__Exercise__.
Only the lines below starting at the one containing "v 13.378 -2.524 0" and ending at the one containing "v 60.839 -0.731 -4.917" belong in the answer, each copied exactly.

------------------------------------------------

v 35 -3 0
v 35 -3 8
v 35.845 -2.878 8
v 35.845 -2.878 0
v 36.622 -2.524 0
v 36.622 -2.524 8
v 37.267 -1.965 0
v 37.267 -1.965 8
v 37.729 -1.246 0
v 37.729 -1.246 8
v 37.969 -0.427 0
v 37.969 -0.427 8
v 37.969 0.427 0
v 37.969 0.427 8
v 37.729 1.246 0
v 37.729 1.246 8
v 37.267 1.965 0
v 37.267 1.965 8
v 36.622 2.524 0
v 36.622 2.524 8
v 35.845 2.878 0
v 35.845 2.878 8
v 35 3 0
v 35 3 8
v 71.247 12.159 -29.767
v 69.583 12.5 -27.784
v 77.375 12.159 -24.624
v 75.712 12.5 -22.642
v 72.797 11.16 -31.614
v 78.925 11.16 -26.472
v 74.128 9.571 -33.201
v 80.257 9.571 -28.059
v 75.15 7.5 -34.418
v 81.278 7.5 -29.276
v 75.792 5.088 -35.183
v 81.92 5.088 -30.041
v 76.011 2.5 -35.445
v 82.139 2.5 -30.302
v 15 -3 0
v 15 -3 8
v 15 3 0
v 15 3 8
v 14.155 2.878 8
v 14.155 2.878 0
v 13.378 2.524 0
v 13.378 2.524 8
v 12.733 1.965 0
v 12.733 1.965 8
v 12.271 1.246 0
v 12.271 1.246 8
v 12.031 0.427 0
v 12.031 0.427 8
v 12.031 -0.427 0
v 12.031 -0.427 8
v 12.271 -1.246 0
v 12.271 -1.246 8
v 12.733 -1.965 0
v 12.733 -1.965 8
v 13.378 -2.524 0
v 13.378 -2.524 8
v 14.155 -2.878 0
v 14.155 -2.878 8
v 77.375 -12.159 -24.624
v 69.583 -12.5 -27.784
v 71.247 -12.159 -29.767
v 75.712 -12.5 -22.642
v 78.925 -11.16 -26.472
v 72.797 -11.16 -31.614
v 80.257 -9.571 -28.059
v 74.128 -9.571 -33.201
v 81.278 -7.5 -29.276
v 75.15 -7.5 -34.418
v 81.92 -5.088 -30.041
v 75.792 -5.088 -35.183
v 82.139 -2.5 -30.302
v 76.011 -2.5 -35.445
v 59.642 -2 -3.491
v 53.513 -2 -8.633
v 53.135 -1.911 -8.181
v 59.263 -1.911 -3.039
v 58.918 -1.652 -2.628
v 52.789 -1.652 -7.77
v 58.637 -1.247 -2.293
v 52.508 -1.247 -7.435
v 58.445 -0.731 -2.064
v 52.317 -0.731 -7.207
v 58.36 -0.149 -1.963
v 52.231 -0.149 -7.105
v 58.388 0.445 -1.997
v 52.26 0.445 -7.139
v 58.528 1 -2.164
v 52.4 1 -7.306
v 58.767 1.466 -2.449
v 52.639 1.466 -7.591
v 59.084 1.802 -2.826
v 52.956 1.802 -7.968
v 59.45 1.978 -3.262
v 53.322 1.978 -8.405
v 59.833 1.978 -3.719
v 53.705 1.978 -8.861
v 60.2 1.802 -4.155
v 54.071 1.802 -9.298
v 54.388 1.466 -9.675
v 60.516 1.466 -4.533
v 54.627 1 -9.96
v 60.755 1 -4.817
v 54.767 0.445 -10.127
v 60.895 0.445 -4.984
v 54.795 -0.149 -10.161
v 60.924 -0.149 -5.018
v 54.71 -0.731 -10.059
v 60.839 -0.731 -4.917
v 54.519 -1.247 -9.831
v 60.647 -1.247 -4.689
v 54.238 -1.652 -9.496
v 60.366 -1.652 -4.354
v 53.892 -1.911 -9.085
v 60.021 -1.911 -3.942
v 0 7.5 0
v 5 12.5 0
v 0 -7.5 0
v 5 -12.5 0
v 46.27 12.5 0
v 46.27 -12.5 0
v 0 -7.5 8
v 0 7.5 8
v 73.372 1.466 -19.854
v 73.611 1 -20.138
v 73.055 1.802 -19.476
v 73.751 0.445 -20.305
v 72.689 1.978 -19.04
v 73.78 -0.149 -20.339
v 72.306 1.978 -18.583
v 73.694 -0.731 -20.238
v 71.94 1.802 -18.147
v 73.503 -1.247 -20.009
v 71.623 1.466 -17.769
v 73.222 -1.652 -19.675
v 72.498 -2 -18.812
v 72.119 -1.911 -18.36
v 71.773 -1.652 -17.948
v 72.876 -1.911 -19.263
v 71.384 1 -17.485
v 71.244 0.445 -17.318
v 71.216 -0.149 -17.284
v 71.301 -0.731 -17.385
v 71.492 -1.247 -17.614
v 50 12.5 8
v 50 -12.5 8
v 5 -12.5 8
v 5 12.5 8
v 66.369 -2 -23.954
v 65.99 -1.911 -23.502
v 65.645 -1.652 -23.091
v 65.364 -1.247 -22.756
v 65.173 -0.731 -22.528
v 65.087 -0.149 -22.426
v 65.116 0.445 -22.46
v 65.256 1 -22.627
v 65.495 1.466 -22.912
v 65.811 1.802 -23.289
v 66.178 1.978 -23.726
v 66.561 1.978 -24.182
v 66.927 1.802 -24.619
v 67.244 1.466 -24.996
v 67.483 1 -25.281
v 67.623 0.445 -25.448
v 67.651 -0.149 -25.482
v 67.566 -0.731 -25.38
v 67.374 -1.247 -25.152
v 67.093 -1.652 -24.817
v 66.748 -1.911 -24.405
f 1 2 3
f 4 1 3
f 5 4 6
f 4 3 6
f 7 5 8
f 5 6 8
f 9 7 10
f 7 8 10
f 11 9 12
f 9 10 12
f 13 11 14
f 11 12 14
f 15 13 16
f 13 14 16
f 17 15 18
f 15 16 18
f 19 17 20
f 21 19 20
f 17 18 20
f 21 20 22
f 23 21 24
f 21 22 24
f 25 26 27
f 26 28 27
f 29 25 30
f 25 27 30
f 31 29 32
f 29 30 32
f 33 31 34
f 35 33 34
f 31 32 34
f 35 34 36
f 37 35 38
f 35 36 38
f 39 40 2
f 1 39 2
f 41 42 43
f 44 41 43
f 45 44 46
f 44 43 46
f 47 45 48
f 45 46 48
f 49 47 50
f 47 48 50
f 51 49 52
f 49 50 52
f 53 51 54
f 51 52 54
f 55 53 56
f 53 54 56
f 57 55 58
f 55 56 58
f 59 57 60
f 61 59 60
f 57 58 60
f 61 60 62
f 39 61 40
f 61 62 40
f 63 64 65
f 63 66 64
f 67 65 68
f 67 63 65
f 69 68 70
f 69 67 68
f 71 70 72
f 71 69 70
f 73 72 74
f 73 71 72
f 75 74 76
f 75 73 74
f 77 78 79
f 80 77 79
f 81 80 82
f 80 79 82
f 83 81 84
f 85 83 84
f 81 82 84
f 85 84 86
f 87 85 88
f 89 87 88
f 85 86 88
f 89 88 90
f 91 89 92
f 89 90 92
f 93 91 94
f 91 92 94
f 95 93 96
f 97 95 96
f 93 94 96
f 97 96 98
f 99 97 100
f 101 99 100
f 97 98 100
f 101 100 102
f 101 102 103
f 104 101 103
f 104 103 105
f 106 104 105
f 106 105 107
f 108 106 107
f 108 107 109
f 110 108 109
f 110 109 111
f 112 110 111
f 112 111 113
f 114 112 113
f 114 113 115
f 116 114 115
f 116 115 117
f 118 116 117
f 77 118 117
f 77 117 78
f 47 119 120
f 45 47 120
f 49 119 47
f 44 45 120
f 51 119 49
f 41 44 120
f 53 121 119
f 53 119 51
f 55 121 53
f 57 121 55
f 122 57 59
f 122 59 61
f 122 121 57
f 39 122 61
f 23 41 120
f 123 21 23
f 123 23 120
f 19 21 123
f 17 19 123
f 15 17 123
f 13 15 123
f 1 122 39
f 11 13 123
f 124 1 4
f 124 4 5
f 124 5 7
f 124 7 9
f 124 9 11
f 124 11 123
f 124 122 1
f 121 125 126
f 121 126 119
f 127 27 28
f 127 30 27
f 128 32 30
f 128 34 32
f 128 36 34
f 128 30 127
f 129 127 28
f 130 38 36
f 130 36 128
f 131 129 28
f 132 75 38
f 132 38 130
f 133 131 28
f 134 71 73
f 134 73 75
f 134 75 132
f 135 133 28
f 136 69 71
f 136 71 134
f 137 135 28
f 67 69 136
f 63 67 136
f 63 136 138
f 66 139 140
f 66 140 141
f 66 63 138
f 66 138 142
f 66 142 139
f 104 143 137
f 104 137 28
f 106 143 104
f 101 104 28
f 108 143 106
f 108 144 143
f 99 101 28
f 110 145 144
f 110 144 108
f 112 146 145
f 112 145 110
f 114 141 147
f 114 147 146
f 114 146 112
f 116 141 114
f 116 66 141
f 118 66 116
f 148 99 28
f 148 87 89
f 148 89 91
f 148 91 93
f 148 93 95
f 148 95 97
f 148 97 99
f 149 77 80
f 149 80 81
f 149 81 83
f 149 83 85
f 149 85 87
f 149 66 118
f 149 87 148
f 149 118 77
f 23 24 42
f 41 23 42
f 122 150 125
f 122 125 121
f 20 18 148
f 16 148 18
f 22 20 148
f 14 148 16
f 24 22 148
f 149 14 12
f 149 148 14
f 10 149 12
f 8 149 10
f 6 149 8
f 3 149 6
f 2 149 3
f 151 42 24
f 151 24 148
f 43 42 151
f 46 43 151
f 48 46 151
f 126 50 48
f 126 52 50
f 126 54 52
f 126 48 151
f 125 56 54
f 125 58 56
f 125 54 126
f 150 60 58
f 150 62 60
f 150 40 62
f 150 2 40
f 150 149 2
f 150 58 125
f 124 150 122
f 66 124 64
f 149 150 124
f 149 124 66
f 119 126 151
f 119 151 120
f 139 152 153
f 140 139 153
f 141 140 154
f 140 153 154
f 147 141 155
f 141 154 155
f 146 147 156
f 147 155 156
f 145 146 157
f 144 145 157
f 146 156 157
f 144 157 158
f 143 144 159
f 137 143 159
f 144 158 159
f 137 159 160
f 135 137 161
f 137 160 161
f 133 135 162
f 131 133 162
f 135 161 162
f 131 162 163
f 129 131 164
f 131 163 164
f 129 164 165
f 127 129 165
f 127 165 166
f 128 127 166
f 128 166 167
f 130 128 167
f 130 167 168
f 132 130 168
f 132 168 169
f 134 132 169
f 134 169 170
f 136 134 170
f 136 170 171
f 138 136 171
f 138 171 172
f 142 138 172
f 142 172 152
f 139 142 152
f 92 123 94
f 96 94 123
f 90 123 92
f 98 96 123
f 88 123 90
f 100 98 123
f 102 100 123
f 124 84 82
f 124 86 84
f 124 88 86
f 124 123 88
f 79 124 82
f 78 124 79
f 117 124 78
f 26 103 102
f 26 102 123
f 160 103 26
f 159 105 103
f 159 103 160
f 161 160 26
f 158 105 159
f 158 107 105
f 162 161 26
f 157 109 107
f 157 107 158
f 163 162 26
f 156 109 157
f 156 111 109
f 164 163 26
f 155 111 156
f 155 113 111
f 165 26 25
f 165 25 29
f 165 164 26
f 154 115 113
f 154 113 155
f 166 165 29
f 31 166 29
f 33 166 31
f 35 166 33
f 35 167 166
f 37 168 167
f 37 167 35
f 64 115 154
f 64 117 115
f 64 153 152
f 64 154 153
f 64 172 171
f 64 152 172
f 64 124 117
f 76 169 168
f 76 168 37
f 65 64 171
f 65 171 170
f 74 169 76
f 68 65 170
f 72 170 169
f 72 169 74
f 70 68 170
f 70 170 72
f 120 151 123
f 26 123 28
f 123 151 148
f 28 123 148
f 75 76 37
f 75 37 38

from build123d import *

# Parameters (mm, degrees)
F1_DEPTH = 12.5
F3_DEPTH = 43.4455230334
F5_D     = 4
F6_R     = 10
F7_SIZE  = 5


with BuildPart() as f1:
    # F0 (on Front) → F1 (new body, symmetric)
    with BuildSketch(Plane.XZ):
        Polygon((0, 8), (0, 0), (46.2695387348, 0), (76.0110249394, -35.4445230334), (82.1393804843, -30.3022221559), (50, 8), align=None)
    extrude(amount=F1_DEPTH, both=True)

    # F2 (on face) → F3 (cut, through all)
    with BuildSketch(Plane.XY.offset(8)):
        with BuildLine():
            ThreePointArc((15, 3), (12, 0), (15, -3))
            Line((15, -3), (35, -3))
            ThreePointArc((35, -3), (38, 0), (35, 3))
            Line((35, 3), (15, 3))
        make_face()
    extrude(amount=-F3_DEPTH, mode=Mode.SUBTRACT)

    # F5 (through all)
    with Locations(Plane(origin=(33.2804354537, 0, 27.9256011146), x_dir=(0, 1, 0), z_dir=(0.7660444431, 0, 0.6427876097))):
        with Locations((0, -41.0110249394), (0, -61.0110249394)):
            Hole(F5_D / 2)

    # F6
    f6_edges = [f1.edges().sort_by_distance(p)[0] for p in [
        (79.075203, -12.5, -32.873373),
        (79.075203, 12.5, -32.873373),
    ]]
    fillet(f6_edges, radius=F6_R)

    # F7
    f7_edges = [f1.edges().sort_by_distance(p)[0] for p in [
        (0, -12.5, 4),
        (0, 12.5, 4),
    ]]
    chamfer(f7_edges, length=F7_SIZE)


solid = f1.part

------------------------------------------------

__Task response__.
v 13.378 -2.524 0
v 13.378 -2.524 8
v 14.155 -2.878 0
v 14.155 -2.878 8
v 77.375 -12.159 -24.624
v 69.583 -12.5 -27.784
v 71.247 -12.159 -29.767
v 75.712 -12.5 -22.642
v 78.925 -11.16 -26.472
v 72.797 -11.16 -31.614
v 80.257 -9.571 -28.059
v 74.128 -9.571 -33.201
v 81.278 -7.5 -29.276
v 75.15 -7.5 -34.418
v 81.92 -5.088 -30.041
v 75.792 -5.088 -35.183
v 82.139 -2.5 -30.302
v 76.011 -2.5 -35.445
v 59.642 -2 -3.491
v 53.513 -2 -8.633
v 53.135 -1.911 -8.181
v 59.263 -1.911 -3.039
v 58.918 -1.652 -2.628
v 52.789 -1.652 -7.77
v 58.637 -1.247 -2.293
v 52.508 -1.247 -7.435
v 58.445 -0.731 -2.064
v 52.317 -0.731 -7.207
v 58.36 -0.149 -1.963
v 52.231 -0.149 -7.105
v 58.388 0.445 -1.997
v 52.26 0.445 -7.139
v 58.528 1 -2.164
v 52.4 1 -7.306
v 58.767 1.466 -2.449
v 52.639 1.466 -7.591
v 59.084 1.802 -2.826
v 52.956 1.802 -7.968
v 59.45 1.978 -3.262
v 53.322 1.978 -8.405
v 59.833 1.978 -3.719
v 53.705 1.978 -8.861
v 60.2 1.802 -4.155
v 54.071 1.802 -9.298
v 54.388 1.466 -9.675
v 60.516 1.466 -4.533
v 54.627 1 -9.96
v 60.755 1 -4.817
v 54.767 0.445 -10.127
v 60.895 0.445 -4.984
v 54.795 -0.149 -10.161
v 60.924 -0.149 -5.018
v 54.71 -0.731 -10.059
v 60.839 -0.731 -4.917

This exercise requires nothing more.